| To do |
Would you please retype, exactly, the lines of the listing below between the line with "f 123 121 124" and the line with "f 166 162 163", inclusive?

| Source records |
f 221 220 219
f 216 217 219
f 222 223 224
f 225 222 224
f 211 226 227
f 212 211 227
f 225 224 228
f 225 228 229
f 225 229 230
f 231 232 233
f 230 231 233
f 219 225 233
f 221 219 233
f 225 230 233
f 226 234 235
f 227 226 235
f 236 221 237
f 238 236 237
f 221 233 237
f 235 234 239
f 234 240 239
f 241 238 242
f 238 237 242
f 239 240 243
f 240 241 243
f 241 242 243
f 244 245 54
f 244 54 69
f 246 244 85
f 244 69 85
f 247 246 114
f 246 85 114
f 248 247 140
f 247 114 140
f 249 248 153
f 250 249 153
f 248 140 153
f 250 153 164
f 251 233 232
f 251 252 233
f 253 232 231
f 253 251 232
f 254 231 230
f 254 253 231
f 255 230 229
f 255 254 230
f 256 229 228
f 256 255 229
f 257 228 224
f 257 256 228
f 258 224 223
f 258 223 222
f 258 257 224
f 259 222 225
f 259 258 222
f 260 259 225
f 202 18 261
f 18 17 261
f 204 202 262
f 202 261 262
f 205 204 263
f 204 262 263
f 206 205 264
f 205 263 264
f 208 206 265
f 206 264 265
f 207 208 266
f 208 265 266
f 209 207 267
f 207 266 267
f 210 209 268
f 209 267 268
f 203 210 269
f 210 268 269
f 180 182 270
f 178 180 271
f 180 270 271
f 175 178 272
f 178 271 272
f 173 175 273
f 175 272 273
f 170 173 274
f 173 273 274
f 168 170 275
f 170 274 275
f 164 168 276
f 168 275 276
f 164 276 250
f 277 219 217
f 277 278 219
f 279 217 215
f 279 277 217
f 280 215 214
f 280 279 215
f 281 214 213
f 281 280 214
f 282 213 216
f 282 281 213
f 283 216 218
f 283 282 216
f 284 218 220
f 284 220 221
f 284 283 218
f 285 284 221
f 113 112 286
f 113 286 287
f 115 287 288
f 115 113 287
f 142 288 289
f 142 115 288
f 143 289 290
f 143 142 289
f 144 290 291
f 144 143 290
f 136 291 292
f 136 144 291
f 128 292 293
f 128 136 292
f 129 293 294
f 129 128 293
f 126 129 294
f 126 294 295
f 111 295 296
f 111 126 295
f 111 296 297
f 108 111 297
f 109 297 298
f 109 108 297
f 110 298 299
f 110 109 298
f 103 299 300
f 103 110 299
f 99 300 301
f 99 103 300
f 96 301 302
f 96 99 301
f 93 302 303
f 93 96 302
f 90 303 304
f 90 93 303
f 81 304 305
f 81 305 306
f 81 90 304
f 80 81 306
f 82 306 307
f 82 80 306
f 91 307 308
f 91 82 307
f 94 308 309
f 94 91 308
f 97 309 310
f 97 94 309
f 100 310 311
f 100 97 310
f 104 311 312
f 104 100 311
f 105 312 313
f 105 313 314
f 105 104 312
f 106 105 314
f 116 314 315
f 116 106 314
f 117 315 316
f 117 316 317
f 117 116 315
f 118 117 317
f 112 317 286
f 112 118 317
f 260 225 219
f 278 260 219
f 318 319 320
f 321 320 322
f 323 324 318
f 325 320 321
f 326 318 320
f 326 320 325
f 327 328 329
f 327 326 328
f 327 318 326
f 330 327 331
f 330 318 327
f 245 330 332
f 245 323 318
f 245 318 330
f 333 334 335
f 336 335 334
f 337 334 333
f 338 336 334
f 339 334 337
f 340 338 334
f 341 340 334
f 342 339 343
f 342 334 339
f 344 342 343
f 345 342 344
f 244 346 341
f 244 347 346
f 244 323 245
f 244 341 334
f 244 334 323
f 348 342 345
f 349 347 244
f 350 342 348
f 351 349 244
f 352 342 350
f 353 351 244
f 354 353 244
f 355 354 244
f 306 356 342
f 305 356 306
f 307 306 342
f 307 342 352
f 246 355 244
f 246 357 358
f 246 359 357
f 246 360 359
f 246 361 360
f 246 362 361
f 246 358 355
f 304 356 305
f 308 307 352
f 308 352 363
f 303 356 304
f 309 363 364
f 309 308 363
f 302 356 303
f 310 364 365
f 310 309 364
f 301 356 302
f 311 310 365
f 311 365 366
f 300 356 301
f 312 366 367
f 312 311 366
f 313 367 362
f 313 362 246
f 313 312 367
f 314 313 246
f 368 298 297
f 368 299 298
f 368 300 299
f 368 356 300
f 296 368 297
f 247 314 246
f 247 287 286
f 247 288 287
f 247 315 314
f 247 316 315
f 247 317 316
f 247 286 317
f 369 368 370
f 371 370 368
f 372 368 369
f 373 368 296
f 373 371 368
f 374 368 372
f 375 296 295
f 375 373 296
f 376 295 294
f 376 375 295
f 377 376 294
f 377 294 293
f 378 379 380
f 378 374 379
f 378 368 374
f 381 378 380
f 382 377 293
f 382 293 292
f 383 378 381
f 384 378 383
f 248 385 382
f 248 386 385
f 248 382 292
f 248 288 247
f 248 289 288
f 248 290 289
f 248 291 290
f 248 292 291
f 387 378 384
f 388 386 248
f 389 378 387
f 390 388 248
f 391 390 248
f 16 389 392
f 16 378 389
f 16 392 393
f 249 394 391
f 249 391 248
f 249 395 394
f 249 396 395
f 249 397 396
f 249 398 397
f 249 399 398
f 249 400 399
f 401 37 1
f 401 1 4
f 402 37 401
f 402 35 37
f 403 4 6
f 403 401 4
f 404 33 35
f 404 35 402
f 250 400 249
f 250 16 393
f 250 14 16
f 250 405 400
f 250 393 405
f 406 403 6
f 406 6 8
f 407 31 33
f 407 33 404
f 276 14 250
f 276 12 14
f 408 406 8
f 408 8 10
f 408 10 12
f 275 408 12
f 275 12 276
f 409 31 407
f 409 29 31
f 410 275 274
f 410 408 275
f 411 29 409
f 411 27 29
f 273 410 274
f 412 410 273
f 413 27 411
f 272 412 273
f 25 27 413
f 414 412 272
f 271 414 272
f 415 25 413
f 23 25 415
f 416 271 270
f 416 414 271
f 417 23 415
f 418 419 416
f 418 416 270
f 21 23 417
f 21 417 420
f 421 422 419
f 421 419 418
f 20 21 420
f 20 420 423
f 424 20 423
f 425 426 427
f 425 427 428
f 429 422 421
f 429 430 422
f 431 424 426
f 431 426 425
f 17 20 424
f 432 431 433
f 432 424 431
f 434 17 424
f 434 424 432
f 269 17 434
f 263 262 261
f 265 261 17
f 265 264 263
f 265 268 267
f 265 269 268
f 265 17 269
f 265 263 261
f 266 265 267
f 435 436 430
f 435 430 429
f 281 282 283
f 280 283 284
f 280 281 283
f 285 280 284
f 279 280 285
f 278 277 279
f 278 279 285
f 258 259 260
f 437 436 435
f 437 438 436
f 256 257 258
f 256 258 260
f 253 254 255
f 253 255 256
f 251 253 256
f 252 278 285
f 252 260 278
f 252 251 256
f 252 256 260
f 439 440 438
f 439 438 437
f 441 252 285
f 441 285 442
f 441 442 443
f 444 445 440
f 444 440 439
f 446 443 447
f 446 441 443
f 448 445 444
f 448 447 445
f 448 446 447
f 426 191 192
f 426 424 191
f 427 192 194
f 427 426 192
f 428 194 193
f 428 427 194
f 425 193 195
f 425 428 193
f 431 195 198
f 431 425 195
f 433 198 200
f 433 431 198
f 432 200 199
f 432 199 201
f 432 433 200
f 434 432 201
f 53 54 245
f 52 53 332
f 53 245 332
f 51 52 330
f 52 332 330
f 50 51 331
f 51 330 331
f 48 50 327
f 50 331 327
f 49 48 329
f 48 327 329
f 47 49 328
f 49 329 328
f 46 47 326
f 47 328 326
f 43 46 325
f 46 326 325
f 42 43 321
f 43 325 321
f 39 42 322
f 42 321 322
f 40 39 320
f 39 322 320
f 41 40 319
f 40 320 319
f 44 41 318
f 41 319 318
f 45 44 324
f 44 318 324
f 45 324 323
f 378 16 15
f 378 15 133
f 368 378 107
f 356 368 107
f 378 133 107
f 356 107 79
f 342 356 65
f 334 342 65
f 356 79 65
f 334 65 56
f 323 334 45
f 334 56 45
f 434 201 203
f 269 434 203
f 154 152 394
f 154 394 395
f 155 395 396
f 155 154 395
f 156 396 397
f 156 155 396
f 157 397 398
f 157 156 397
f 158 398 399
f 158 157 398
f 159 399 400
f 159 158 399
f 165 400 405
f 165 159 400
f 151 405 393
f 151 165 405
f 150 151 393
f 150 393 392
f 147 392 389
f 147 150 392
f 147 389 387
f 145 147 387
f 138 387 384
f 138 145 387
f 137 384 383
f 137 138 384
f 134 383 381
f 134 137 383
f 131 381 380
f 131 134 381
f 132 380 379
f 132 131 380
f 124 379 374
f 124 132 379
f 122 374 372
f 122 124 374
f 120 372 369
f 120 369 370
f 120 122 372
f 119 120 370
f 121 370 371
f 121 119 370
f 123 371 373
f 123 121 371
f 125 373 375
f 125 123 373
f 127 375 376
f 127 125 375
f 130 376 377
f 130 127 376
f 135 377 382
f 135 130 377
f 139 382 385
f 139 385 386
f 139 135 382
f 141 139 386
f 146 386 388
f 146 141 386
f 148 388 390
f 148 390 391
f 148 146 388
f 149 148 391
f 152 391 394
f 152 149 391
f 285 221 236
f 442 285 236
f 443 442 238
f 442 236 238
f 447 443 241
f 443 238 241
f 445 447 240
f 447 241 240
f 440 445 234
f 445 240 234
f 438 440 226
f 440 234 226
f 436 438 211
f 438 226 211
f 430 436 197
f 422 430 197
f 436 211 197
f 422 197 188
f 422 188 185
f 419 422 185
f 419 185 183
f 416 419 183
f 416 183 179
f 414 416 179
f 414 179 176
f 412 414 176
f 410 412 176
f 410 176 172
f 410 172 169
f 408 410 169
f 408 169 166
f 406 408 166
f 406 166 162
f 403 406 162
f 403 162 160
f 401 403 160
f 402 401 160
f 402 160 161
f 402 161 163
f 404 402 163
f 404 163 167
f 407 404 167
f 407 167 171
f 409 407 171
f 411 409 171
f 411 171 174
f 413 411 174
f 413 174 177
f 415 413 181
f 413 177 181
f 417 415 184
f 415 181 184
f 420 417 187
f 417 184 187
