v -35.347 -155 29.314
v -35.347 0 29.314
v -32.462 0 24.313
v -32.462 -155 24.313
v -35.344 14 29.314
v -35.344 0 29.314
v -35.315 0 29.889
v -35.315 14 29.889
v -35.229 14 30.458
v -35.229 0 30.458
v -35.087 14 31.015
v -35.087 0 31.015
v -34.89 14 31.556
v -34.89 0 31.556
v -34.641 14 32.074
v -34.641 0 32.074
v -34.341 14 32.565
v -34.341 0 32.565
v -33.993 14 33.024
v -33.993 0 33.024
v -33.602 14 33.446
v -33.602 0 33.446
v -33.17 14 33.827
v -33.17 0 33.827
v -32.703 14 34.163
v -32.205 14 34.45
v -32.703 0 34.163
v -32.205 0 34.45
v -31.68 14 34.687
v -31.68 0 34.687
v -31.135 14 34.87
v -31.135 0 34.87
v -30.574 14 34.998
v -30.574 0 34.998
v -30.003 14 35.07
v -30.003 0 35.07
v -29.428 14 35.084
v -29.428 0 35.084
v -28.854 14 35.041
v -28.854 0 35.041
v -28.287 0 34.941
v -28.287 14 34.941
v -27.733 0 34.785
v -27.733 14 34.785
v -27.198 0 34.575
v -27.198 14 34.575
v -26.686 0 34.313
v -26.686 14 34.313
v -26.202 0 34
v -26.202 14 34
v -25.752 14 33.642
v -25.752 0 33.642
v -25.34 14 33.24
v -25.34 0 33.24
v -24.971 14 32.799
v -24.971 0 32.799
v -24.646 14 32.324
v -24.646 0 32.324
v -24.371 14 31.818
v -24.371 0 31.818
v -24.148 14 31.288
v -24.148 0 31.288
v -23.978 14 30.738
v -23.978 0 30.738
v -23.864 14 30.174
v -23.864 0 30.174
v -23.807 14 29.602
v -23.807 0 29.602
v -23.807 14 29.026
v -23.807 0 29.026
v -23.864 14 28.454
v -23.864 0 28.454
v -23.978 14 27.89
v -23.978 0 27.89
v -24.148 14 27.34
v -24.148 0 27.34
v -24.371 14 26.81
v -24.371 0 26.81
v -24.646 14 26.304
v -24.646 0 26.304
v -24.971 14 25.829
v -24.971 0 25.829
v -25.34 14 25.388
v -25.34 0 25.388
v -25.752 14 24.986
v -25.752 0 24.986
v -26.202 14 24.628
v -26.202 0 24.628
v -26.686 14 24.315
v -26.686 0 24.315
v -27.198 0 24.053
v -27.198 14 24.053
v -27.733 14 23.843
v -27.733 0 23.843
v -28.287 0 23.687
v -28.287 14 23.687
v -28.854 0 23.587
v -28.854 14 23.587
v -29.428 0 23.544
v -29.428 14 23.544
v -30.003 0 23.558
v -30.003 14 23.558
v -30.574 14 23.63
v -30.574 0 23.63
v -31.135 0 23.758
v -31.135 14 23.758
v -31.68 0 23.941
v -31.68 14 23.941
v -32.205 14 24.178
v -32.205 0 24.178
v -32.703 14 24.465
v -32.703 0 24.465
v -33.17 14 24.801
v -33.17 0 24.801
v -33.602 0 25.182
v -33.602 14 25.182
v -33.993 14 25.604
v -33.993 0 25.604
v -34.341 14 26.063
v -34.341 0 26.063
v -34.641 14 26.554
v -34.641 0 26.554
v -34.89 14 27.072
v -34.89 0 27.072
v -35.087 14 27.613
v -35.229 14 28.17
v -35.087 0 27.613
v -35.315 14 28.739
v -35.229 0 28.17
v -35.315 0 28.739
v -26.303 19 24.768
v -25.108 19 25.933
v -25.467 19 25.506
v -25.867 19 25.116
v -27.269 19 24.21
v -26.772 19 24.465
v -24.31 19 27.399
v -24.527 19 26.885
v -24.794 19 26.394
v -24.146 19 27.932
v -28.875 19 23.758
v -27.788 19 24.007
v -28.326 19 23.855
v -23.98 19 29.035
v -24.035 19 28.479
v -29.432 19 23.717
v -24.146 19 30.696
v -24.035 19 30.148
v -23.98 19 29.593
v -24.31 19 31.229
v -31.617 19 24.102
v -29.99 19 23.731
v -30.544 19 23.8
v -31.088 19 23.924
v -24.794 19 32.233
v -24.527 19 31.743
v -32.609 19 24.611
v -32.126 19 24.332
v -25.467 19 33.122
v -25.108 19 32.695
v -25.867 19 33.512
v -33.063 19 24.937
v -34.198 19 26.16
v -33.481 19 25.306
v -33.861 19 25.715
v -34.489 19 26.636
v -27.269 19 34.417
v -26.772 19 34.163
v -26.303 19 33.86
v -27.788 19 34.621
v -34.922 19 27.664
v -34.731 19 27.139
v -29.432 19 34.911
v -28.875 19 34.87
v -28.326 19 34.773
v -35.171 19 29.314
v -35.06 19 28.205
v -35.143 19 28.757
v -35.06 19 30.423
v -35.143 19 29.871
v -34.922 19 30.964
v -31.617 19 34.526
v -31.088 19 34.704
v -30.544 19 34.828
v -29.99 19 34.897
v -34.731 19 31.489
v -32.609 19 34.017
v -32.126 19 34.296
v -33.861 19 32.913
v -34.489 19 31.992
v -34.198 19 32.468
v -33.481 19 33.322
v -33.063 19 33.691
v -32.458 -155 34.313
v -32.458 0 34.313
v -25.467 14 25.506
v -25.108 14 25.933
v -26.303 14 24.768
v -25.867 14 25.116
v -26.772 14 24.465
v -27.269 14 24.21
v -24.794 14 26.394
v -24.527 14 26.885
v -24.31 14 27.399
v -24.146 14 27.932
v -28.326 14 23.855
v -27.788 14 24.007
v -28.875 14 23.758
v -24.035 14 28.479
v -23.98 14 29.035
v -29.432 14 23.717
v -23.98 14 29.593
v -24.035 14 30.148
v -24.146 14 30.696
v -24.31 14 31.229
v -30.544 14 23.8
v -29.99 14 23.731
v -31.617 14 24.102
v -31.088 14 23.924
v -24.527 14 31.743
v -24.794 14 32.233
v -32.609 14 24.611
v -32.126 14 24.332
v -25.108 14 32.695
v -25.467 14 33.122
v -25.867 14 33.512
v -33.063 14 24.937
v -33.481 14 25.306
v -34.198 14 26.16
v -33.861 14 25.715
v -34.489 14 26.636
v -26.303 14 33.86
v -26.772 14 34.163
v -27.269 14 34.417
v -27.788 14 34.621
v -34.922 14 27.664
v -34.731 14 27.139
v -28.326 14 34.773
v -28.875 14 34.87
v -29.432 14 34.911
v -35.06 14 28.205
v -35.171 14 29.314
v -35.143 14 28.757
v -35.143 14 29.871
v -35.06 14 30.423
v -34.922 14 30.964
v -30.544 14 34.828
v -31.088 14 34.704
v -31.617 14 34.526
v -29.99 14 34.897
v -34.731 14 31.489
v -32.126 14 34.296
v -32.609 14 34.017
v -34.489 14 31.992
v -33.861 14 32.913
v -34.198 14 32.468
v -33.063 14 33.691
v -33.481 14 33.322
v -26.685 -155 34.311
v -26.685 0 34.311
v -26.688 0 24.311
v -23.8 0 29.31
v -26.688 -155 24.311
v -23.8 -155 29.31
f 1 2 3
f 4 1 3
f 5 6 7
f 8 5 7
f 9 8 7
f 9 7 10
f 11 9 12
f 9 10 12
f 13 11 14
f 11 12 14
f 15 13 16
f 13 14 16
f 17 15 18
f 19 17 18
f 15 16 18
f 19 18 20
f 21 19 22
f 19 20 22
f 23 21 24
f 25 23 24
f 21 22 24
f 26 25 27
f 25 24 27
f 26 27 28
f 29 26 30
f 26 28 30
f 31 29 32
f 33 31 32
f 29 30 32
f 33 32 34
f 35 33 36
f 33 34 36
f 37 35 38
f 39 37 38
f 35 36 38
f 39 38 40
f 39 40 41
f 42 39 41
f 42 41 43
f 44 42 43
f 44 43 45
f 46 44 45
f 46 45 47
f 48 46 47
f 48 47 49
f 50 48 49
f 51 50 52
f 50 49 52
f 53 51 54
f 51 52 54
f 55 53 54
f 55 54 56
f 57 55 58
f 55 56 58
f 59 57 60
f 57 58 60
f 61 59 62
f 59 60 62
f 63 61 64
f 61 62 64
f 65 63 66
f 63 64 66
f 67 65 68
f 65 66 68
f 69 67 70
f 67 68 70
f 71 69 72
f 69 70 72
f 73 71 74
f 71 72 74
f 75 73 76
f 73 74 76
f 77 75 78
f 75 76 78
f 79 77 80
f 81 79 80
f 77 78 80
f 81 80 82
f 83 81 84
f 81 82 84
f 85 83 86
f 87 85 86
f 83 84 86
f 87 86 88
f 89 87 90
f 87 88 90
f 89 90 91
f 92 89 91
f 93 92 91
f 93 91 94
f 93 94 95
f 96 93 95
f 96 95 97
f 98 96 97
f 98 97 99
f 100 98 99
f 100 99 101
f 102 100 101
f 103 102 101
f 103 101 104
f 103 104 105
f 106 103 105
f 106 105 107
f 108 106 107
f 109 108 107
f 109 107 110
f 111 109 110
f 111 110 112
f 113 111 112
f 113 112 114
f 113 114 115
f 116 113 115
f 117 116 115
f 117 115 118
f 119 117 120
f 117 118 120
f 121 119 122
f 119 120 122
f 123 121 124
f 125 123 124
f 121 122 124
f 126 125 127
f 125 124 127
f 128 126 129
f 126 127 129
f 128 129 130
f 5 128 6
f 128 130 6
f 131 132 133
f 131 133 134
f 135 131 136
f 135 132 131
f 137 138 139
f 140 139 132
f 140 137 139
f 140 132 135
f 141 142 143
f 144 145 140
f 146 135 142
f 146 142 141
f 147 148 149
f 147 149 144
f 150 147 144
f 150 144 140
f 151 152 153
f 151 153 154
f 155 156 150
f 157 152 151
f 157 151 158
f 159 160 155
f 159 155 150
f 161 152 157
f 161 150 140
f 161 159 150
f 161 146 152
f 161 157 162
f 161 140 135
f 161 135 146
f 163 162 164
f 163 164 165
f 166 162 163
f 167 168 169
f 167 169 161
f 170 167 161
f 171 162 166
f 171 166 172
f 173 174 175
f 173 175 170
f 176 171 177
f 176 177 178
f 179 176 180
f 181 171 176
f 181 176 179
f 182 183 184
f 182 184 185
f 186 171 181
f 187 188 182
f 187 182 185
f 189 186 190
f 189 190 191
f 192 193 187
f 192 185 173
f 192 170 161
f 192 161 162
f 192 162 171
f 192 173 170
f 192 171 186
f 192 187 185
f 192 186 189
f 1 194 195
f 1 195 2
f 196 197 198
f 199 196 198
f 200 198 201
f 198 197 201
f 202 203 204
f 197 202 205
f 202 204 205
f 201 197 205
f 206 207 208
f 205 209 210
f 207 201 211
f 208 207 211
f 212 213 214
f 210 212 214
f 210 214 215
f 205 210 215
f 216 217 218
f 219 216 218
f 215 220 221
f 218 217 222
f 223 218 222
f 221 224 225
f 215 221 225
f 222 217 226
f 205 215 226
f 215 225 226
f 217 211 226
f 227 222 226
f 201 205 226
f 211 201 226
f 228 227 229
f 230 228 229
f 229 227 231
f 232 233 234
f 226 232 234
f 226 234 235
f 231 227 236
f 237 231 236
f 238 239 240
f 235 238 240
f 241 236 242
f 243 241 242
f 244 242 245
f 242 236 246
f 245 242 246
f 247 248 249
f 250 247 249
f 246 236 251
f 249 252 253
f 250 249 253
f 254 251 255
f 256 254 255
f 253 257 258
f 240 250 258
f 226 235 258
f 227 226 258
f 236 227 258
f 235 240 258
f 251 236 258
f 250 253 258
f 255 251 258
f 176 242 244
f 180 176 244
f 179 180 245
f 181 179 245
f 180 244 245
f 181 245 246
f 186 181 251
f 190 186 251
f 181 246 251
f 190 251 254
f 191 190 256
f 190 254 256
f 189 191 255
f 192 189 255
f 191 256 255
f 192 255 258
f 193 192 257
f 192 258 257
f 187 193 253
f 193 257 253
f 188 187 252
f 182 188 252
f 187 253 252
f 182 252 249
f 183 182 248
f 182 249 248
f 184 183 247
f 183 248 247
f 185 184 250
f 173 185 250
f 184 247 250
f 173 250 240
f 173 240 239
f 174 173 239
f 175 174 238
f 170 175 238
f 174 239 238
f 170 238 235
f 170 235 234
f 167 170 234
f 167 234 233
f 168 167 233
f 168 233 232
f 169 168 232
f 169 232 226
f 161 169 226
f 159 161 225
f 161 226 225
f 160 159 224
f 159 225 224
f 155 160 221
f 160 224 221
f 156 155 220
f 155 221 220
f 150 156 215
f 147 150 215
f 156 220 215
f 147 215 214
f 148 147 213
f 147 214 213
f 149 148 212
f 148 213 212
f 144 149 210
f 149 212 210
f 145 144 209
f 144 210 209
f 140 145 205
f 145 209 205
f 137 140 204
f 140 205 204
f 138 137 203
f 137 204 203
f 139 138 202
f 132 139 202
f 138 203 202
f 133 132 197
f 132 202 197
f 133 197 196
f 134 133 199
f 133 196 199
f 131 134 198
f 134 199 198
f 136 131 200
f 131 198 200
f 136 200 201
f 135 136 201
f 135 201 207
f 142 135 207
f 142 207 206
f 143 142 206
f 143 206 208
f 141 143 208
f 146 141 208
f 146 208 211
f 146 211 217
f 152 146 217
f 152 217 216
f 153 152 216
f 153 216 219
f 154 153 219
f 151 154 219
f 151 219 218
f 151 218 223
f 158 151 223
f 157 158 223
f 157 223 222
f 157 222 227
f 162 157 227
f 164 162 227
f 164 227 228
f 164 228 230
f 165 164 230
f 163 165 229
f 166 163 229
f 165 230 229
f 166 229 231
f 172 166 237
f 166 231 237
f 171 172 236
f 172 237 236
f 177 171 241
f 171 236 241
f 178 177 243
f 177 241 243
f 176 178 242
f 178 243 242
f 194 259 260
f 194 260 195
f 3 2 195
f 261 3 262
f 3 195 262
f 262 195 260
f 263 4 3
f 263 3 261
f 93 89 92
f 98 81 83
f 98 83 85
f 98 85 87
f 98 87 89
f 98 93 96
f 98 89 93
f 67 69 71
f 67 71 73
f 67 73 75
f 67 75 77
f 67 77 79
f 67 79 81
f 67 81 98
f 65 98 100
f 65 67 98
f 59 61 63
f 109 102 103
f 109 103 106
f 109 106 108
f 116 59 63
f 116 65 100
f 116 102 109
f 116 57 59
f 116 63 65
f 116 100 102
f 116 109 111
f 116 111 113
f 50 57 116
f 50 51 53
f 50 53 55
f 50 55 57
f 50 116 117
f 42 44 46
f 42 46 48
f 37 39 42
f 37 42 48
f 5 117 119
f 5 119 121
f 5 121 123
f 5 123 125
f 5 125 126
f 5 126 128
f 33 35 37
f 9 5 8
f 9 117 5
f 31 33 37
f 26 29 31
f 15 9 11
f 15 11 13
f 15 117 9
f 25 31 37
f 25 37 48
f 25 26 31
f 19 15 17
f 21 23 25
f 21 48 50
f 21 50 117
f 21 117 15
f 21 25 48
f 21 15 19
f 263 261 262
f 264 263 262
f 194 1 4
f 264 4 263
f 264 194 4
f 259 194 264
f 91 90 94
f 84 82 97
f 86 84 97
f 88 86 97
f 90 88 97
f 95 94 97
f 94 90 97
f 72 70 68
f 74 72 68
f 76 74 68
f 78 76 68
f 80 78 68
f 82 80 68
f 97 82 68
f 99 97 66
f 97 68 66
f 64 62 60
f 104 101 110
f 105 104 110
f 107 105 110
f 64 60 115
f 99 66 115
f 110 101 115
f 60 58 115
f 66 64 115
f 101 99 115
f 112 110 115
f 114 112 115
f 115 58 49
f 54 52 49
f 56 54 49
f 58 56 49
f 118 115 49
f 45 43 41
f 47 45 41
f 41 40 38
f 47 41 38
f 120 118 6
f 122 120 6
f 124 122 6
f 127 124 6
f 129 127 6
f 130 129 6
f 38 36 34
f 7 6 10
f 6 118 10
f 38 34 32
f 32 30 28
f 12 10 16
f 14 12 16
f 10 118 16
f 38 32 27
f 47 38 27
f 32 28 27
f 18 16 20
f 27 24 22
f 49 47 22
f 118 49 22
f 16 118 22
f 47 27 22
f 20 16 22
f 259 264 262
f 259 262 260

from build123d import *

# Parameters (mm, degrees)
F1_DEPTH = 155
F2_R     = 5.771904
F3_DEPTH = 14
F4_R     = 5.598991
F5_DEPTH = 5


with BuildPart() as f1:
    # F0 (on Front) → F1 (new body)
    with BuildSketch(Plane.XZ):
        Polygon((-23.7997, 29.310288), (-26.684851, 34.311212), (-32.458353, 34.313059), (-35.346705, 29.313983), (-32.461553, 24.31306), (-26.688051, 24.311212), align=None)
    extrude(amount=F1_DEPTH)


with BuildPart() as f3:
    # F2 (on face) → F3 (new body)
    with BuildSketch(Plane(origin=(0, 0, 0), x_dir=(-1, 0, 0), z_dir=(0, 1, 0))):
        with Locations((29.571602, 29.313983)):
            Circle(F2_R)
    extrude(amount=F3_DEPTH)


with BuildPart() as f5:
    # F4 (on face) → F5 (new body)
    with BuildSketch(Plane(origin=(0, 14, 0), x_dir=(-1, 0, 0), z_dir=(0, 1, 0))):
        with Locations((29.571602, 29.313983)):
            Circle(F4_R)
    extrude(amount=F5_DEPTH)


solid = Compound([f1.part, f3.part, f5.part])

| Your response |
f 123 121 124
f 125 123 124
f 121 122 124
f 126 125 127
f 125 124 127
f 128 126 129
f 126 127 129
f 128 129 130
f 5 128 6
f 128 130 6
f 131 132 133
f 131 133 134
f 135 131 136
f 135 132 131
f 137 138 139
f 140 139 132
f 140 137 139
f 140 132 135
f 141 142 143
f 144 145 140
f 146 135 142
f 146 142 141
f 147 148 149
f 147 149 144
f 150 147 144
f 150 144 140
f 151 152 153
f 151 153 154
f 155 156 150
f 157 152 151
f 157 151 158
f 159 160 155
f 159 155 150
f 161 152 157
f 161 150 140
f 161 159 150
f 161 146 152
f 161 157 162
f 161 140 135
f 161 135 146
f 163 162 164
f 163 164 165
f 166 162 163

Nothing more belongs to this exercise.